Quaisquer outras obras serão puramente pessoais, a gosto de cada um e normais quando existe uma mudança de proprietários.

Sendo assim gostaríamos de fazer a seguinte contra proposta: Deduzindo o valor das obras a realizar, com uma margem alargada, nomeadamente as do terraço e pintura, de cerca de 20.000€ e ainda de uma dedução negocial de 30.000€ ao preço anunciado, apresentamos uma contra proposta de 1.440.000€. […]”.

Quanto à reacção dos AA. sobre o conhecimento superveniente dos vícios e defeitos

11\ Na sequência do facto 10, os autores solicitaram a realização de uma inspecção à moradia.

11bis\ Em escrito datado de 21/06/2020 e dirigido aos réus, que o receberam, os autores, declararam:

“(…) Gostaríamos de não ter necessidade de enviar este e-mail, e queremos reforçar que estamos neste processo com a mesma boa fé e vontade de chegar a um entendimento, mas infelizmente os vários vícios e defeitos do imóvel com os quais fomos sendo surpreendidos e se confirmaram nos últimos dias, não nos deixam alternativa que não seja a de expor o nosso desconforto, tendo em conta que não estavam previstos na negociação.
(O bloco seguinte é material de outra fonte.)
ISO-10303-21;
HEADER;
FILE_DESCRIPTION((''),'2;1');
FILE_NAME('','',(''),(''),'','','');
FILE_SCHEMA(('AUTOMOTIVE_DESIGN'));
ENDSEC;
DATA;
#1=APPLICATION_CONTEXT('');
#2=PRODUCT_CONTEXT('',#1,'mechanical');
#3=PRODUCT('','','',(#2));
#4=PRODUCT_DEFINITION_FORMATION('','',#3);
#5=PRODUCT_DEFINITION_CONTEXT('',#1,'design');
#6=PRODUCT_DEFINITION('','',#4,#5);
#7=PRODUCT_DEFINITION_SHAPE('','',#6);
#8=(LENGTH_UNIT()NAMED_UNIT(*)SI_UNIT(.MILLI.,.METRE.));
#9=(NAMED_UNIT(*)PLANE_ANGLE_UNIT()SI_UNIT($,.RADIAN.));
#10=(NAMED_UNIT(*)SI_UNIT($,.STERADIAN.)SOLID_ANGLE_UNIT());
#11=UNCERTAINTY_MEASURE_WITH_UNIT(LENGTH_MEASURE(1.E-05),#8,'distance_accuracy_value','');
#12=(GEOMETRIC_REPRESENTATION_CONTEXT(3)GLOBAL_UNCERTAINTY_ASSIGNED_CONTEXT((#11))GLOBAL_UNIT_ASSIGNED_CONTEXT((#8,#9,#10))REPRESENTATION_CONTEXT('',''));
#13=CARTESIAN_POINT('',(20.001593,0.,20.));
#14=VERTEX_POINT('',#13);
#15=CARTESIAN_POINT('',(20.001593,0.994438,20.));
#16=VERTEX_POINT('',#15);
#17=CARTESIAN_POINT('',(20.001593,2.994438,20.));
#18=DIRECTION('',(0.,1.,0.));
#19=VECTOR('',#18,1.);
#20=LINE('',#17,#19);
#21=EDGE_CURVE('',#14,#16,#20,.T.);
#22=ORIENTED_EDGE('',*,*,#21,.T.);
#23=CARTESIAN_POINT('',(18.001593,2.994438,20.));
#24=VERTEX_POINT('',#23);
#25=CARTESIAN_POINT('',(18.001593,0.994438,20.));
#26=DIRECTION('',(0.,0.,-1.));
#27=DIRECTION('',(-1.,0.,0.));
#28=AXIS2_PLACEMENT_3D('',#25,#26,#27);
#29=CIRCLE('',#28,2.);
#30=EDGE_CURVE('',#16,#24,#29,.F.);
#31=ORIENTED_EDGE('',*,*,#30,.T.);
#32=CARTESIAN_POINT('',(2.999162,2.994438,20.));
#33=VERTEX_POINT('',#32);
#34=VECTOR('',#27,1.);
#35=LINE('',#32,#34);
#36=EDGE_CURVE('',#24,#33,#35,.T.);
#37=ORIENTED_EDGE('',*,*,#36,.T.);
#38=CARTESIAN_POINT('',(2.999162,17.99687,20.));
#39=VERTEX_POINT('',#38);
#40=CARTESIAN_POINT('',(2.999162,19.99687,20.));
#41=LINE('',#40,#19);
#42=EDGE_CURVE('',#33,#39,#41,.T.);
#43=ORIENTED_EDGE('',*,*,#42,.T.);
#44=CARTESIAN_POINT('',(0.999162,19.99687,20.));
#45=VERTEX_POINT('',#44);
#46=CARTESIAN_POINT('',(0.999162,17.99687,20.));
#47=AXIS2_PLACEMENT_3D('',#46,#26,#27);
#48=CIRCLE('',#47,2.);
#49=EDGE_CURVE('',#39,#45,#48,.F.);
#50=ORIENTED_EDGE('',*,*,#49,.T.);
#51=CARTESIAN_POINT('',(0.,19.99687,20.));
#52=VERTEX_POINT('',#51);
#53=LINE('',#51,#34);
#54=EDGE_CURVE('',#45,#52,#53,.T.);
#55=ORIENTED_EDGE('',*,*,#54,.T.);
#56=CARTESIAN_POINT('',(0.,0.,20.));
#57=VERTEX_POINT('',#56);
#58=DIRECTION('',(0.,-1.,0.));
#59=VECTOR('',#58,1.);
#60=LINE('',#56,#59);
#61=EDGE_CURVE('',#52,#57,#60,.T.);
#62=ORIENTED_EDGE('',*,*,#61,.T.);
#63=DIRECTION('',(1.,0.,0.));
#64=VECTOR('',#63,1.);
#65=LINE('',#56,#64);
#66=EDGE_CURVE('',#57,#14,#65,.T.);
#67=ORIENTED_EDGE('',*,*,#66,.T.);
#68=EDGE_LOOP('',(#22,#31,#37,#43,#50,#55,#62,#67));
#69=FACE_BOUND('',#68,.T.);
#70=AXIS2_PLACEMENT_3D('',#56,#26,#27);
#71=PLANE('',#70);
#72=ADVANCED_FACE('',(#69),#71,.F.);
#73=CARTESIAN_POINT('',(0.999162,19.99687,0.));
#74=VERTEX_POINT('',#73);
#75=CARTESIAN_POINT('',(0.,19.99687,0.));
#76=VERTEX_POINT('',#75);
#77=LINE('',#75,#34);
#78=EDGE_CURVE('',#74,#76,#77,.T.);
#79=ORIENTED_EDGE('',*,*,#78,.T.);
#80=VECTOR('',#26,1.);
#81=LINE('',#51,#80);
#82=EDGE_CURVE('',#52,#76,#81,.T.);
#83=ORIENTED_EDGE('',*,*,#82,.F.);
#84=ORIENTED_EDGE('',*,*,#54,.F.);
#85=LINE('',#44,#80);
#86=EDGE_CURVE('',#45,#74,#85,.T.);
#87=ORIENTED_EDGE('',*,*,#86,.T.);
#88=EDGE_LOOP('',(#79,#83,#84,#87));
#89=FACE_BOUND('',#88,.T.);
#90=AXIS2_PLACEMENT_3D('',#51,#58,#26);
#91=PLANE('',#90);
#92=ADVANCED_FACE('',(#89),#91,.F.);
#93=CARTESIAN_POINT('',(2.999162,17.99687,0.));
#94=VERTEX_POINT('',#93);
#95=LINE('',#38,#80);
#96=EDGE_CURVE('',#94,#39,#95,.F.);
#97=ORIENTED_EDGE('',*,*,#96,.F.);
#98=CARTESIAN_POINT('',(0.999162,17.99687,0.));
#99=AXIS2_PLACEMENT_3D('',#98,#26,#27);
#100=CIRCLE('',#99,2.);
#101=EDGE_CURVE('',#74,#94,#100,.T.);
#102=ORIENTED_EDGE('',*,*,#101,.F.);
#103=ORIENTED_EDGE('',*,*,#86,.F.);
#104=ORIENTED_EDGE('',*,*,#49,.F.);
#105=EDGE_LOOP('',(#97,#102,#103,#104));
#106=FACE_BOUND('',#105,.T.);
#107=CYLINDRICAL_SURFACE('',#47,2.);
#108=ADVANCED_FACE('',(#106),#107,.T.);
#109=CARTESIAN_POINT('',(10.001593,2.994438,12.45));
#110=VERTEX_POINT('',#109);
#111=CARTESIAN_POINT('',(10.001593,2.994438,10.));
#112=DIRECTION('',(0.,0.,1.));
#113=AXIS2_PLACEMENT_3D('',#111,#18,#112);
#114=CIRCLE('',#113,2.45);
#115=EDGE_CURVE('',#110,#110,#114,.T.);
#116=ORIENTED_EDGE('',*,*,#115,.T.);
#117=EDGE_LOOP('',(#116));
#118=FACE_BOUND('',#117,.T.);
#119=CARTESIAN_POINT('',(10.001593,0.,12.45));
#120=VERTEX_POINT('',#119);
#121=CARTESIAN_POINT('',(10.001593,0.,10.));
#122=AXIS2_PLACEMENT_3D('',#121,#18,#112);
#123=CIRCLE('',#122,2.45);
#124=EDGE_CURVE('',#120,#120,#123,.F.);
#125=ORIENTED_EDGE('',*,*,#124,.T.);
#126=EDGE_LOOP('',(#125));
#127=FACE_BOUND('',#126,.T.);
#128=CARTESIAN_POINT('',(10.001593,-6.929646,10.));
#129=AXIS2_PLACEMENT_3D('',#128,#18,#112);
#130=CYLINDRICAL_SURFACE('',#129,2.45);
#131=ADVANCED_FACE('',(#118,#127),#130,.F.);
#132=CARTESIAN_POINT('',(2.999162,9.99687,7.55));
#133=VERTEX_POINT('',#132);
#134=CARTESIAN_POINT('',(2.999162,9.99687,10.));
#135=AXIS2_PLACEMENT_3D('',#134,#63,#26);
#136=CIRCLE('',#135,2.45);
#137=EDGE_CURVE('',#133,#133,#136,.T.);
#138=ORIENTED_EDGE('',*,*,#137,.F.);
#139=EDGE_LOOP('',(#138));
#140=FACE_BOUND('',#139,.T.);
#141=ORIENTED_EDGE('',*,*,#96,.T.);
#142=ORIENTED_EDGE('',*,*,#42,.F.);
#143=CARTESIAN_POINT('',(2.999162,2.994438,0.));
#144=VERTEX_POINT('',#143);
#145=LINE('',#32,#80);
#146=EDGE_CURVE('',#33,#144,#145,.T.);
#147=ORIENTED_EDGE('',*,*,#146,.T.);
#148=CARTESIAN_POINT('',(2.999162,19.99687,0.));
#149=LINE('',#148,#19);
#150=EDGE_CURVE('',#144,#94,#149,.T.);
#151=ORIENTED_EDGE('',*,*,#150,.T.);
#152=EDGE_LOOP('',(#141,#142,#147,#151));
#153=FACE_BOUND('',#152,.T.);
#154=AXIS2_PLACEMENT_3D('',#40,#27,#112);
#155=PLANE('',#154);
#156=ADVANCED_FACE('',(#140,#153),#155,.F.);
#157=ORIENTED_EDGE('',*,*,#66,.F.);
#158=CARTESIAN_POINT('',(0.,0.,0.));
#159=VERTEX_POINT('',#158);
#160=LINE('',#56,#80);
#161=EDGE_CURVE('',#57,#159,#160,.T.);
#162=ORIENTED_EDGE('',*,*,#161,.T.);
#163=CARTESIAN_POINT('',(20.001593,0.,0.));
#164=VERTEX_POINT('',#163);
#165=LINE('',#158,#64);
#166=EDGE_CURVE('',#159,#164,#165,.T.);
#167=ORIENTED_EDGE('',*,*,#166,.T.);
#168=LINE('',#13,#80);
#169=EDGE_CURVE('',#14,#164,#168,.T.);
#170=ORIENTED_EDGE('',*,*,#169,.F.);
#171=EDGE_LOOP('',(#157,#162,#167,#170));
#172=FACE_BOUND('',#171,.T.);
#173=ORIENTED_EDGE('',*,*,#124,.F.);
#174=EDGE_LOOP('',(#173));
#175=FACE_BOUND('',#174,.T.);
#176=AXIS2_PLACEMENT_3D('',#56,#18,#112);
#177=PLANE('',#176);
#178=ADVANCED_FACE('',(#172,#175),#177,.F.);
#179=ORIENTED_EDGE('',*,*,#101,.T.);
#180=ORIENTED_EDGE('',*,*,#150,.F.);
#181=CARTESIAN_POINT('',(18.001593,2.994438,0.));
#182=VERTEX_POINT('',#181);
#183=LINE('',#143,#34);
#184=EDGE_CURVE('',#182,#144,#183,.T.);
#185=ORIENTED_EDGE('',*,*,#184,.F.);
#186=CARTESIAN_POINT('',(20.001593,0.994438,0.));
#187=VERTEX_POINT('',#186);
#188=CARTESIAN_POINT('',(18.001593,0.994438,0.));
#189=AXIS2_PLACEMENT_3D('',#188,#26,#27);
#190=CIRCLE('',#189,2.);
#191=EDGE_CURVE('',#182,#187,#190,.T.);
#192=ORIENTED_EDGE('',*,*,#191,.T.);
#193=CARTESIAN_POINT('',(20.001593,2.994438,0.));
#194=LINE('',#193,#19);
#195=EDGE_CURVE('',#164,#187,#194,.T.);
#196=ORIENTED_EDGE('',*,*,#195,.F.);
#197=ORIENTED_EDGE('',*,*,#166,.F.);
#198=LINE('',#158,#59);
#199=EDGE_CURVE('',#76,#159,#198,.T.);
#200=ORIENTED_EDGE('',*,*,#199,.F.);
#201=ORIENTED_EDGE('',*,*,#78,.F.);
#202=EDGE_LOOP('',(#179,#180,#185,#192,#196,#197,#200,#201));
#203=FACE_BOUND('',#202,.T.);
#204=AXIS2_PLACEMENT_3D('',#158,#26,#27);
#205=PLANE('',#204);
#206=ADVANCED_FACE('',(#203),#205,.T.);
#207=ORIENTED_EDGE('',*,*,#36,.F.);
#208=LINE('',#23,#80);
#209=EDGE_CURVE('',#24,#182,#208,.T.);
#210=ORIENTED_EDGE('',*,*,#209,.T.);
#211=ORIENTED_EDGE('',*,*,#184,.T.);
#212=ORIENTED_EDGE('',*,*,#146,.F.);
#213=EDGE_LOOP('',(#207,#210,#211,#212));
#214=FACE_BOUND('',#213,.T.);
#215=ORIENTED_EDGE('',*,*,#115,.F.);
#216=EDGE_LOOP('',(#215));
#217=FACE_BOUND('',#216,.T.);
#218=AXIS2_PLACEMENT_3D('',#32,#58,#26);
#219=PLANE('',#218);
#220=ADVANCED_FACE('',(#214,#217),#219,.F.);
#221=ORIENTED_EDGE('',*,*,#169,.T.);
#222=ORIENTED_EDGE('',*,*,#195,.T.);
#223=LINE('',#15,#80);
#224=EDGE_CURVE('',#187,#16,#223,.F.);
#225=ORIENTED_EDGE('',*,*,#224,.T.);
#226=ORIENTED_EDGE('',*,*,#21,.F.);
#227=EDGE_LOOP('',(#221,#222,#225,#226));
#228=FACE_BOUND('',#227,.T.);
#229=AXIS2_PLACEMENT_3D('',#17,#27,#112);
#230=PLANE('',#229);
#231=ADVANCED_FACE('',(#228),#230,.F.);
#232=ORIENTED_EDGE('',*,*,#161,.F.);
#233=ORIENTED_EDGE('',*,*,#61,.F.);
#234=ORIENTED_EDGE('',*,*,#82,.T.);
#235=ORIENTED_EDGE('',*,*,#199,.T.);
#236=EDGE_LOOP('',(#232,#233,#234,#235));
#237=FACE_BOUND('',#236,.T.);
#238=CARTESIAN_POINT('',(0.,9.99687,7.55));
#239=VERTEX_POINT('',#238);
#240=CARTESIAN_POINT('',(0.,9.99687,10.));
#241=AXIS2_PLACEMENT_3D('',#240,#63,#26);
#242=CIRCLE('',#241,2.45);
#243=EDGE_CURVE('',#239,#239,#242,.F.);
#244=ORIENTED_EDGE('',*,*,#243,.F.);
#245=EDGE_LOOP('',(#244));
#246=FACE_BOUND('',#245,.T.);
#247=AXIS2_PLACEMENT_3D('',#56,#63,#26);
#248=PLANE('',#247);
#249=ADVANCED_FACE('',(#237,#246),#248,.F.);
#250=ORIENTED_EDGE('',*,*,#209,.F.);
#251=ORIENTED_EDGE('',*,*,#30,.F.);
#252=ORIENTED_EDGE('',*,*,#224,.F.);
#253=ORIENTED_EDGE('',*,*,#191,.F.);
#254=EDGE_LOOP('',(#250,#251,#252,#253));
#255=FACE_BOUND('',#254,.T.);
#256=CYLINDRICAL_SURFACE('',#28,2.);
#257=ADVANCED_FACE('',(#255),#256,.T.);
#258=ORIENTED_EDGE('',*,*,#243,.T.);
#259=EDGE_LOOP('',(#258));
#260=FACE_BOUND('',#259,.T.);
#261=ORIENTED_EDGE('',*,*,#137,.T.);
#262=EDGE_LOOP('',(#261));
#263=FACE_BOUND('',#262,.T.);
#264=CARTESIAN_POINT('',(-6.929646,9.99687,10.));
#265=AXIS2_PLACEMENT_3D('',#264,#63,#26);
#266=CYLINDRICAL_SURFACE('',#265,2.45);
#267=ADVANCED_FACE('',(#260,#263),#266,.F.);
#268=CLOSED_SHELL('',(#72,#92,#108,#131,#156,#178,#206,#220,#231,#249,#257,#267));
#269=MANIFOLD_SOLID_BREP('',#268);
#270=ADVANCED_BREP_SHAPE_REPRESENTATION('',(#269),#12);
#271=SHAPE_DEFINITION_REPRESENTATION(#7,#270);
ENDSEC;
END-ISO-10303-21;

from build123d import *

# Parameters (mm, degrees)
EXTRUDE_1_DEPTH     = 20
SKETCH_3_R          = 2.45
CUT_EXTRUDE_1_DEPTH = 2.999162
SKETCH_5_R          = 2.45
CUT_EXTRUDE_2_DEPTH = 2.994438
FILLET_1_R          = 2
FILLET_2_R          = 2


with BuildPart() as part:
    # 草图1 → 凸台-拉伸1 (new body)
    with BuildSketch(Plane.XY):
        Polygon((0, 0), (20.001593334, 0), (20.001593334, 2.994438252), (2.999161685, 2.994438252), (2.999161685, 19.996869901), (0, 19.996869901), align=None)
    extrude(amount=EXTRUDE_1_DEPTH)

    # 草图3 → 切除-拉伸1 (cut)
    with BuildSketch(Plane(origin=(2.999161685, 0, 0), x_dir=(0, 0, -1), z_dir=(1, 0, 0))):
        with Locations((-10, 9.996869901)):
            Circle(SKETCH_3_R)
    extrude(amount=-CUT_EXTRUDE_1_DEPTH, mode=Mode.SUBTRACT)

    # 草图5 → 切除-拉伸2 (cut)
    with BuildSketch(Plane(origin=(0, 2.994438252, 0), x_dir=(1, 0, 0), z_dir=(0, 1, 0))):
        with Locations((10.001593334, -10)):
            Circle(SKETCH_5_R)
    extrude(amount=-CUT_EXTRUDE_2_DEPTH, mode=Mode.SUBTRACT)

    # 圆角1
    fillet_1_edges = [part.edges().sort_by_distance(p)[0] for p in [
        (2.999161685, 19.996869901, 10),
    ]]
    fillet(fillet_1_edges, radius=FILLET_1_R)

    # 圆角2
    fillet_2_edges = [part.edges().sort_by_distance(p)[0] for p in [
        (20.001593334, 2.994438252, 10),
    ]]
    fillet(fillet_2_edges, radius=FILLET_2_R)


solid = part.part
De acordo com apreciação técnica de um Engenheiro, efectuada na visita de 5ª feira, dia 18/06, verifica-se que a casa tem determinadas patologias que não podiam ter sido avaliadas e deslindadas sem um olhar clínico profissional, em simples visitas imobiliárias e que rebatem a versão que nos foi apresentada e as garantias prestadas antes da assinatura do CPVC.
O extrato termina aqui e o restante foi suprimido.